Nothing may be left out, so copy every entry exactly.
····················
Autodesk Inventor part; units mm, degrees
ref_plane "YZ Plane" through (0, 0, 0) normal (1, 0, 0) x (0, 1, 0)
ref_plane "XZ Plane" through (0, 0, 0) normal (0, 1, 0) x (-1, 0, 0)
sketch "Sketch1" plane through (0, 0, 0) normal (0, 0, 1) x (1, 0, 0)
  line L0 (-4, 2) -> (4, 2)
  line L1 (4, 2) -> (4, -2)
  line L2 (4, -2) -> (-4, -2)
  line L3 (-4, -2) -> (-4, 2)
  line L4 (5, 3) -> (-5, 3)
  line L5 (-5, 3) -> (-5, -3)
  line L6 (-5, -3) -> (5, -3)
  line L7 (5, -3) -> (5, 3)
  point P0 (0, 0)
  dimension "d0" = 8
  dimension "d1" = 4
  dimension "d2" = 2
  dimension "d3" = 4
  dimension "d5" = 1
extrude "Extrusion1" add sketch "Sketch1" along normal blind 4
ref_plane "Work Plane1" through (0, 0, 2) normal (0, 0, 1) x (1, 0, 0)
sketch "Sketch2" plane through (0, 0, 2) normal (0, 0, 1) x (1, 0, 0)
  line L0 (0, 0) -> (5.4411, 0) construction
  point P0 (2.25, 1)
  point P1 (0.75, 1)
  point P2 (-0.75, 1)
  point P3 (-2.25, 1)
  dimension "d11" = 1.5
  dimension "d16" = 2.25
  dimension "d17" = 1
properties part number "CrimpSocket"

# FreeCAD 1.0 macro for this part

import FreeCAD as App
import Part
import Sketcher

V = App.Vector
Q = App.Units.Quantity

doc = App.newDocument("Part")
body = doc.addObject("PartDesign::Body", "Body")

sketch1 = body.newObject("Sketcher::SketchObject", "Sketch")
sketch1.AttachmentSupport = (doc.getObject("XY_Plane"), [""])
sketch1.MapMode = "FlatFace"
sketch1.addGeometry([
    Part.LineSegment(V(5, -3, 0), V(5, 3, 0)),
    Part.LineSegment(V(5, 3, 0), V(-5, 3, 0)),
    Part.LineSegment(V(-5, 3, 0), V(-5, -3, 0)),
    Part.LineSegment(V(-5, -3, 0), V(5, -3, 0)),
    Part.LineSegment(V(-4, -2, 0), V(-4, 2, 0)),
    Part.LineSegment(V(-4, 2, 0), V(4, 2, 0)),
    Part.LineSegment(V(4, 2, 0), V(4, -2, 0)),
    Part.LineSegment(V(4, -2, 0), V(-4, -2, 0)),
], False)
sketch1.addConstraint([
    Sketcher.Constraint("Coincident", 0, 2, 1, 1),
    Sketcher.Constraint("Coincident", 1, 2, 2, 1),
    Sketcher.Constraint("Coincident", 2, 2, 3, 1),
    Sketcher.Constraint("Coincident", 3, 2, 0, 1),
    Sketcher.Constraint("Coincident", 4, 2, 5, 1),
    Sketcher.Constraint("Coincident", 5, 2, 6, 1),
    Sketcher.Constraint("Coincident", 6, 2, 7, 1),
    Sketcher.Constraint("Coincident", 7, 2, 4, 1),
    Sketcher.Constraint("Vertical", 0),
    Sketcher.Constraint("Horizontal", 1),
    Sketcher.Constraint("Vertical", 2),
    Sketcher.Constraint("Horizontal", 3),
    Sketcher.Constraint("Vertical", 4),
    Sketcher.Constraint("Horizontal", 5),
    Sketcher.Constraint("Vertical", 6),
    Sketcher.Constraint("Horizontal", 7),
    Sketcher.Constraint("Symmetric", 0, 2, 2, 2, -1, 1),
    Sketcher.Constraint("Symmetric", 4, 2, 6, 2, -1, 1),
    Sketcher.Constraint("DistanceX", 5, 1, 5, 2, Q("8 mm")),
    Sketcher.Constraint("DistanceY", 4, 1, 4, 2, Q("4 mm")),
    Sketcher.Constraint("DistanceX", 1, 2, 4, 2, Q("1 mm")),
    Sketcher.Constraint("DistanceY", 4, 2, 1, 2, Q("1 mm")),
])
pad1 = body.newObject("PartDesign::Pad", "Pad")
pad1.Profile = sketch1
pad1.Length = 4

doc.recompute()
····················
» **Result below**:
Autodesk Inventor part; units mm, degrees
ref_plane "YZ Plane" through (0, 0, 0) normal (1, 0, 0) x (0, 1, 0)
ref_plane "XZ Plane" through (0, 0, 0) normal (0, 1, 0) x (-1, 0, 0)
sketch "Sketch1" plane through (0, 0, 0) normal (0, 0, 1) x (1, 0, 0)
  line L0 (-4, 2) -> (4, 2)
  line L1 (4, 2) -> (4, -2)
  line L2 (4, -2) -> (-4, -2)
  line L3 (-4, -2) -> (-4, 2)
  line L4 (5, 3) -> (-5, 3)
  line L5 (-5, 3) -> (-5, -3)
  line L6 (-5, -3) -> (5, -3)
  line L7 (5, -3) -> (5, 3)
  point P0 (0, 0)
  dimension "d0" = 8
  dimension "d1" = 4
  dimension "d2" = 2
  dimension "d3" = 4
  dimension "d5" = 1
extrude "Extrusion1" add sketch "Sketch1" along normal blind 4
ref_plane "Work Plane1" through (0, 0, 2) normal (0, 0, 1) x (1, 0, 0)
sketch "Sketch2" plane through (0, 0, 2) normal (0, 0, 1) x (1, 0, 0)
  line L0 (0, 0) -> (5.4411, 0) construction
  point P0 (2.25, 1)
  point P1 (0.75, 1)
  point P2 (-0.75, 1)
  point P3 (-2.25, 1)
  dimension "d11" = 1.5
  dimension "d16" = 2.25
  dimension "d17" = 1
properties part number "CrimpSocket"

# FreeCAD 1.0 macro for this part

import FreeCAD as App
import Part
import Sketcher

V = App.Vector
Q = App.Units.Quantity

doc = App.newDocument("Part")
body = doc.addObject("PartDesign::Body", "Body")

sketch1 = body.newObject("Sketcher::SketchObject", "Sketch")
sketch1.AttachmentSupport = (doc.getObject("XY_Plane"), [""])
sketch1.MapMode = "FlatFace"
sketch1.addGeometry([
    Part.LineSegment(V(5, -3, 0), V(5, 3, 0)),
    Part.LineSegment(V(5, 3, 0), V(-5, 3, 0)),
    Part.LineSegment(V(-5, 3, 0), V(-5, -3, 0)),
    Part.LineSegment(V(-5, -3, 0), V(5, -3, 0)),
    Part.LineSegment(V(-4, -2, 0), V(-4, 2, 0)),
    Part.LineSegment(V(-4, 2, 0), V(4, 2, 0)),
    Part.LineSegment(V(4, 2, 0), V(4, -2, 0)),
    Part.LineSegment(V(4, -2, 0), V(-4, -2, 0)),
], False)
sketch1.addConstraint([
    Sketcher.Constraint("Coincident", 0, 2, 1, 1),
    Sketcher.Constraint("Coincident", 1, 2, 2, 1),
    Sketcher.Constraint("Coincident", 2, 2, 3, 1),
    Sketcher.Constraint("Coincident", 3, 2, 0, 1),
    Sketcher.Constraint("Coincident", 4, 2, 5, 1),
    Sketcher.Constraint("Coincident", 5, 2, 6, 1),
    Sketcher.Constraint("Coincident", 6, 2, 7, 1),
    Sketcher.Constraint("Coincident", 7, 2, 4, 1),
    Sketcher.Constraint("Vertical", 0),
    Sketcher.Constraint("Horizontal", 1),
    Sketcher.Constraint("Vertical", 2),
    Sketcher.Constraint("Horizontal", 3),
    Sketcher.Constraint("Vertical", 4),
    Sketcher.Constraint("Horizontal", 5),
    Sketcher.Constraint("Vertical", 6),
    Sketcher.Constraint("Horizontal", 7),
    Sketcher.Constraint("Symmetric", 0, 2, 2, 2, -1, 1),
    Sketcher.Constraint("Symmetric", 4, 2, 6, 2, -1, 1),
    Sketcher.Constraint("DistanceX", 5, 1, 5, 2, Q("8 mm")),
    Sketcher.Constraint("DistanceY", 4, 1, 4, 2, Q("4 mm")),
    Sketcher.Constraint("DistanceX", 1, 2, 4, 2, Q("1 mm")),
    Sketcher.Constraint("DistanceY", 4, 2, 1, 2, Q("1 mm")),
])
pad1 = body.newObject("PartDesign::Pad", "Pad")
pad1.Profile = sketch1
pad1.Length = 4

doc.recompute()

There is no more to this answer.